From point A to point B, located 24 km from A. The cyclist arrived at point B 4 hours earlier than walking

From point A to point B, located 24 km from A. The cyclist arrived at point B 4 hours earlier than walking. It is true that if the cyclist was traveling at a lower speed by 4 km / h, then the path from A to But it would take half the time that the walker would. Find the speed of the walker.

Let the speed of the cyclist be V1 and the speed of the pedestrian V2 km / h.

Then the cyclist spent time on the road from point A to point B:

t1 = S / V1 / = 24 / V1, where S is the distance from A to B.

The pedestrian spent time:

t2 = S / V2 = 24 / V2.

By condition t2 – t1 = 4 hours.

(24 / V2) – (24 / V1) = 4.

24 / V2 = 4 + (24 / V1). (one).

If the cyclist’s speed is (V1 – 4), then t1 = t2 / 2.

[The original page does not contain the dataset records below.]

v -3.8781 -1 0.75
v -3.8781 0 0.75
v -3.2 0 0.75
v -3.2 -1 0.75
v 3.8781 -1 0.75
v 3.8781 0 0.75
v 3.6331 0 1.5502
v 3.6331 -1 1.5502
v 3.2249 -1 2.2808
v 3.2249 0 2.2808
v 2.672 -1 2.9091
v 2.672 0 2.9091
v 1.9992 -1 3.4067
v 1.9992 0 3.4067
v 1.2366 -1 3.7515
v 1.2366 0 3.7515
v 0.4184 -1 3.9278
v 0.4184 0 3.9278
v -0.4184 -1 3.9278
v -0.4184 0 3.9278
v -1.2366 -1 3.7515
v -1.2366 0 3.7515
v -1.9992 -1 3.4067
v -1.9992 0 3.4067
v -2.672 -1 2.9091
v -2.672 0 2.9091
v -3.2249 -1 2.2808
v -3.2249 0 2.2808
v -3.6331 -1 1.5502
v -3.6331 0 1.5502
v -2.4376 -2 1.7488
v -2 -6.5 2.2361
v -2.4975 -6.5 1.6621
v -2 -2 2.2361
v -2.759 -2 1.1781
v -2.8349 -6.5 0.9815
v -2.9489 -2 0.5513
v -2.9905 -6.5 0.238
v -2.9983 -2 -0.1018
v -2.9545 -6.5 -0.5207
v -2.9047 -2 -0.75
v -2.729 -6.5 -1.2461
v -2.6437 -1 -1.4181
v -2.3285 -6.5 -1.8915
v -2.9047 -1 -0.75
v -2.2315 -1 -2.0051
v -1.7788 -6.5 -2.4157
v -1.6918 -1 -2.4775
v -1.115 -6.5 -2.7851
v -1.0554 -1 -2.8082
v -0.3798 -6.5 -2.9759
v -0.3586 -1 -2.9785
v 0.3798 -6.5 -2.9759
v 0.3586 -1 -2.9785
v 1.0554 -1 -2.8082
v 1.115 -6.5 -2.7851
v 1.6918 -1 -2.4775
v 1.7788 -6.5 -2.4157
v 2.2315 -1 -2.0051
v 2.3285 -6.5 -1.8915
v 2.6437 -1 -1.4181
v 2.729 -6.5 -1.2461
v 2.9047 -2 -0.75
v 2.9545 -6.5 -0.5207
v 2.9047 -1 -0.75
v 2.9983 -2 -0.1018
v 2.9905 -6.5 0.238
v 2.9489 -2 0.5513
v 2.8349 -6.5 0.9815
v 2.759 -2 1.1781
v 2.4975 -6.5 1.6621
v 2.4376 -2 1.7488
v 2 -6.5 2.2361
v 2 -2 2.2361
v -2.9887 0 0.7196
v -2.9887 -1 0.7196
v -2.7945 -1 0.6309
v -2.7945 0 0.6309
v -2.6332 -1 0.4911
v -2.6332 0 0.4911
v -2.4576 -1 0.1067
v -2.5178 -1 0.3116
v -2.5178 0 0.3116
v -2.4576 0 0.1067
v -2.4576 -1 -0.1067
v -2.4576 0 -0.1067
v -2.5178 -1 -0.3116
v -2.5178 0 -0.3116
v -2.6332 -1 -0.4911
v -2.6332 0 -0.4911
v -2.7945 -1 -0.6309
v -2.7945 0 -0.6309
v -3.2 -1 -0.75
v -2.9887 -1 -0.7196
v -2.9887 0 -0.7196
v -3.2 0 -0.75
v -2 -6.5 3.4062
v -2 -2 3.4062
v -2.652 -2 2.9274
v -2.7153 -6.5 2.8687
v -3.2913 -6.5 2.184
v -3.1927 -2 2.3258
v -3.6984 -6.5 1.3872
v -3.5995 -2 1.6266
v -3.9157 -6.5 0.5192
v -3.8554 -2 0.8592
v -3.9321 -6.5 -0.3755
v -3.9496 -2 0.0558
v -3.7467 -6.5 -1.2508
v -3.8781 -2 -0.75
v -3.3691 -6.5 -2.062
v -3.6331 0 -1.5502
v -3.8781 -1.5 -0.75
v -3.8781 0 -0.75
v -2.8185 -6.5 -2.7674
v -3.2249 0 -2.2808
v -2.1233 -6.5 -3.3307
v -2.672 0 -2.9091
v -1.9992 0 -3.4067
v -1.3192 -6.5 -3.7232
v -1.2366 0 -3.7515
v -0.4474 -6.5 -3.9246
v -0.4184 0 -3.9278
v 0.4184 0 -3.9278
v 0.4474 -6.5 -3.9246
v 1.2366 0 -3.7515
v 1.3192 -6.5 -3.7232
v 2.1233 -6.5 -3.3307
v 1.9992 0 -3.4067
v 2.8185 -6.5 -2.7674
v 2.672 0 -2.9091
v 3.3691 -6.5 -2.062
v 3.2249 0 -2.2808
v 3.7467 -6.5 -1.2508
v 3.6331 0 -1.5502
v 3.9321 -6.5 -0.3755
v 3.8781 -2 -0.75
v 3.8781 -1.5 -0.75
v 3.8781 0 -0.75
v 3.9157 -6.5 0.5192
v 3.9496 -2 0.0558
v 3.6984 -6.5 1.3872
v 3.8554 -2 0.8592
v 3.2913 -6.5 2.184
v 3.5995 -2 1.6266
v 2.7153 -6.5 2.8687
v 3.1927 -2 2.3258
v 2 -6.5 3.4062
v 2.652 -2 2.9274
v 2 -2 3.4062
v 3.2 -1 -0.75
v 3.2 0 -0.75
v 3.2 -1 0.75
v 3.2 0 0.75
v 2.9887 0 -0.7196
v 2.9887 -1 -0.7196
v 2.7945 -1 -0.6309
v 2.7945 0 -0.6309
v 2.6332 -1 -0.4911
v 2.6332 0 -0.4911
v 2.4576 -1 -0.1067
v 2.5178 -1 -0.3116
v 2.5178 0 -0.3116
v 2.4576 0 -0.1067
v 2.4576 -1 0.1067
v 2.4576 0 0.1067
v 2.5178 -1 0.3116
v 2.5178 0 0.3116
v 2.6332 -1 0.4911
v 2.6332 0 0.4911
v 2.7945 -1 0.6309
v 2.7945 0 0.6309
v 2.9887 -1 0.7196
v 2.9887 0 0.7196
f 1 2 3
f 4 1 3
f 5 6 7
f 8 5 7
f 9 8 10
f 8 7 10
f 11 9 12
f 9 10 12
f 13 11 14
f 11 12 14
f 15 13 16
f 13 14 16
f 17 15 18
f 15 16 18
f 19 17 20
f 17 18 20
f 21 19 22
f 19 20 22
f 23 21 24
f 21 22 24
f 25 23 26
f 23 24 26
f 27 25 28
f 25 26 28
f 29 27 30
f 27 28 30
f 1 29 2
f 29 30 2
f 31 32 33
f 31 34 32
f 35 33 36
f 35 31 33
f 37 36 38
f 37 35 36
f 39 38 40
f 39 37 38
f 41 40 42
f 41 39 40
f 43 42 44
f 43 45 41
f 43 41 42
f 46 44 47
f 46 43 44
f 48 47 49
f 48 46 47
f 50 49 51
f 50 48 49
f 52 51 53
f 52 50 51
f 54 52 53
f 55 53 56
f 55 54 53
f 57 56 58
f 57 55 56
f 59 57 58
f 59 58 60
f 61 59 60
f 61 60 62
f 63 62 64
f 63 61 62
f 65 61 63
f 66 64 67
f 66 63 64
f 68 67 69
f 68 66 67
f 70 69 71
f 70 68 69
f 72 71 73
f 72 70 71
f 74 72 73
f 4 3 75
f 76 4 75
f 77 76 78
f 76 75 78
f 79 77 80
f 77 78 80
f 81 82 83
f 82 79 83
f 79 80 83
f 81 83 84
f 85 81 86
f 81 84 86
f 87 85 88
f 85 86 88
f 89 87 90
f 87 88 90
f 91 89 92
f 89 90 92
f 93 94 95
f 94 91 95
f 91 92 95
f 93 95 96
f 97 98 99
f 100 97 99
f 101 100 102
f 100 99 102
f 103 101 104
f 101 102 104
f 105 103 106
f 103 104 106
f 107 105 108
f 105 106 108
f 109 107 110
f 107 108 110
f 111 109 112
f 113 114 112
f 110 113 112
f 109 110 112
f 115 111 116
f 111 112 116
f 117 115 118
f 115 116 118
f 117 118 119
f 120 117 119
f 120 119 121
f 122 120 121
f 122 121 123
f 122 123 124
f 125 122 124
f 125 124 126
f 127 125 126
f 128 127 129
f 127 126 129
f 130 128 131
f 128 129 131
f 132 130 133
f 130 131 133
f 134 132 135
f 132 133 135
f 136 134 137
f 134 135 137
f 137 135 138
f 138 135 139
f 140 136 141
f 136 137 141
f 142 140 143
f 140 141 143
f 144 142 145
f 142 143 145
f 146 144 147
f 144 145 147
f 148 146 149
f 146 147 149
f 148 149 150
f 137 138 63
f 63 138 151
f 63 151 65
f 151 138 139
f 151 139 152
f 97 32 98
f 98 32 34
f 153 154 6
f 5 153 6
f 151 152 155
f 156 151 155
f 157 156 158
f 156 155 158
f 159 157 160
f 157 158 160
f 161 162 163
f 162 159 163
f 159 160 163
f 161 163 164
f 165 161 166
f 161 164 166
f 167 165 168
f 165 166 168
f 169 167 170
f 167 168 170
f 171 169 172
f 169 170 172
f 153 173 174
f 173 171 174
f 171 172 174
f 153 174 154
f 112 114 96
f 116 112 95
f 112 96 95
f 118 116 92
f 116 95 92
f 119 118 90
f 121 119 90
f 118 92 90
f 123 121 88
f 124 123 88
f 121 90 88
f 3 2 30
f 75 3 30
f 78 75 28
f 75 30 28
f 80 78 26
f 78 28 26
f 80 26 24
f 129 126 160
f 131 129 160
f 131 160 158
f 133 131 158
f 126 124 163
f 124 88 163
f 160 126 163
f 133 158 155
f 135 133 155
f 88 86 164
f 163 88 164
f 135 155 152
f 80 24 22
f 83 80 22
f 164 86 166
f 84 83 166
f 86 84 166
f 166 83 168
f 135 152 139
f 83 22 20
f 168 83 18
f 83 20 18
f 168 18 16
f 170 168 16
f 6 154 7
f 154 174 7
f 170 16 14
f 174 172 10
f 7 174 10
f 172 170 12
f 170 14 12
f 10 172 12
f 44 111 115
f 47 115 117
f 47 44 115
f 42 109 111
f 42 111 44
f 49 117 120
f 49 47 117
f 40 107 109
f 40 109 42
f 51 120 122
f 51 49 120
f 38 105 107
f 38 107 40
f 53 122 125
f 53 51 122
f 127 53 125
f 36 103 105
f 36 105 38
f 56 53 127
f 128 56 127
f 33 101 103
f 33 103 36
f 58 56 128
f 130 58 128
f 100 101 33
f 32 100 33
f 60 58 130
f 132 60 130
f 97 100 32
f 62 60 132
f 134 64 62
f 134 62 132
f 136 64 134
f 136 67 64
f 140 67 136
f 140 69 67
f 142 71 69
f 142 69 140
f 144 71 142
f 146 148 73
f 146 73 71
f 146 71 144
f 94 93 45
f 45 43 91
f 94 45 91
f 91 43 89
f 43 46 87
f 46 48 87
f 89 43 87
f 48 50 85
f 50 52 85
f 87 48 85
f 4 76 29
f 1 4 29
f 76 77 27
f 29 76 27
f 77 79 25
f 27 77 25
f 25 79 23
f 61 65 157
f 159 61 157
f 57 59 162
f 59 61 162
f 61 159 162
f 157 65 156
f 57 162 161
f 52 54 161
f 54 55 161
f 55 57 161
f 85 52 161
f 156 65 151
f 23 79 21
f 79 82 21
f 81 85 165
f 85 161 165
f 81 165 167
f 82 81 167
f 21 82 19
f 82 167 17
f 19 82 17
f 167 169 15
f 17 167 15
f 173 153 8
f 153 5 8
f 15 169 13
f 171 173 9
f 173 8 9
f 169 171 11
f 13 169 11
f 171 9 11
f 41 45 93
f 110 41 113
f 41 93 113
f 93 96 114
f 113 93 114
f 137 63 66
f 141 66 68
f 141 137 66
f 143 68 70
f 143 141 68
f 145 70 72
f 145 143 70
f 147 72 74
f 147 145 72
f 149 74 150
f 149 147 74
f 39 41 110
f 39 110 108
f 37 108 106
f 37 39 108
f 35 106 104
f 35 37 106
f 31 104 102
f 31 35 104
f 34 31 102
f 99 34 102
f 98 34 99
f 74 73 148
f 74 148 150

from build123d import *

# Parameters (mm, degrees)
F4_R      = 3.95
F4_R_2    = 3
F5_DEPTH  = 6.5
F6_DEPTH  = 1
F7_W      = 4
F7_H      = 5.5
F8_DEPTH  = 3.951
F10_DEPTH = 1.5
F12_W     = 1
F12_H     = 4.7
F13_DEPTH = 7.901


with BuildPart() as f5:
    # F4 (on Front) → F5 (new body)
    with BuildSketch(Plane.XZ):
        Circle(F4_R)
        Circle(F4_R_2, mode=Mode.SUBTRACT)
    extrude(amount=F5_DEPTH)

    # F4 (on Front) → F6 (join)
    with BuildSketch(Plane.XZ):
        Circle(F4_R_2)
    extrude(amount=F6_DEPTH)

    # F7 (on Top) → F8 (cut, through all)
    with BuildSketch(Plane.XY):
        with Locations((0, -3.75)):
            Rectangle(F7_W, F7_H)
    extrude(amount=F8_DEPTH, mode=Mode.SUBTRACT)

    # F9 (on face) → F10 (cut)
    with BuildSketch(Plane(origin=(0, 0, 0), x_dir=(-1, 0, 0), z_dir=(0, 1, 0))):
        with BuildLine():
            Line((-3.2, 0.75), (-3.8781438859, 0.75))
            ThreePointArc((-3.8781438859, 0.75), (-3.95, 0), (-3.8781438859, -0.75))
            Line((-3.8781438859, -0.75), (-3.2, -0.75))
            ThreePointArc((-3.2, -0.75), (-2.45, 0), (-3.2, 0.75))
        make_face()
        with BuildLine():
            ThreePointArc((3.95, 0), (3.9319949357, 0.3767171688), (3.8781438859, 0.75))
            Line((3.8781438859, 0.75), (3.2, 0.75))
            ThreePointArc((3.2, 0.75), (2.45, 0), (3.2, -0.75))
            Line((3.2, -0.75), (3.8781438859, -0.75))
            ThreePointArc((3.8781438859, -0.75), (3.9319949357, -0.3767171688), (3.95, 0))
        make_face()
    extrude(amount=-F10_DEPTH, mode=Mode.SUBTRACT)

    # F12 (on offset) → F13 (cut, through all)
    with BuildSketch(Plane.YZ.offset(3.95)):
        with Locations((-1.5, 1.6)):
            Rectangle(F12_W, F12_H)
    extrude(amount=-F13_DEPTH, mode=Mode.SUBTRACT)


solid = f5.part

24 / (V1 – 4) = (24 / V2) / 2.

24 / V2 = 2 * 24 / (V1 – 4) (2).

Let’s solve the system of two equations 1 and 2.

4 + (24 / V1) = 48 / (V1 – 4).

(4 * V1 + 24) * (V1 – 4) = 48 * V1.

4 * V12 + 24 * V1 – 16 * V1 – 96 – 48 * V1 = 0.

4 * V12 – 40 * V1 – 96 = 0.

V12 – 10 * V1 – 24 = 0.

Let’s solve the quadratic equation.

D = b2 – 4 * a * c = (-10) 2 – 4 * 1 * (-24) = 100 + 96 = 196.

X1 = (10 – √196) / (2 * 1) = (10 – 14) / 2 = -4 / 2 = -2. (Doesn’t fit because <0).

X2 = (10 + √196) / (2 * 1) = (10 + 14) / 2 = 24/2 = 12.

V1 = 12 km / h.

24 / V2 = 4 + (24 / V1). (one).

V2 = 24 / (4 + 24/12) = 24/6 = 4 km / h.

Answer: Pedestrian speed is 4 km / h.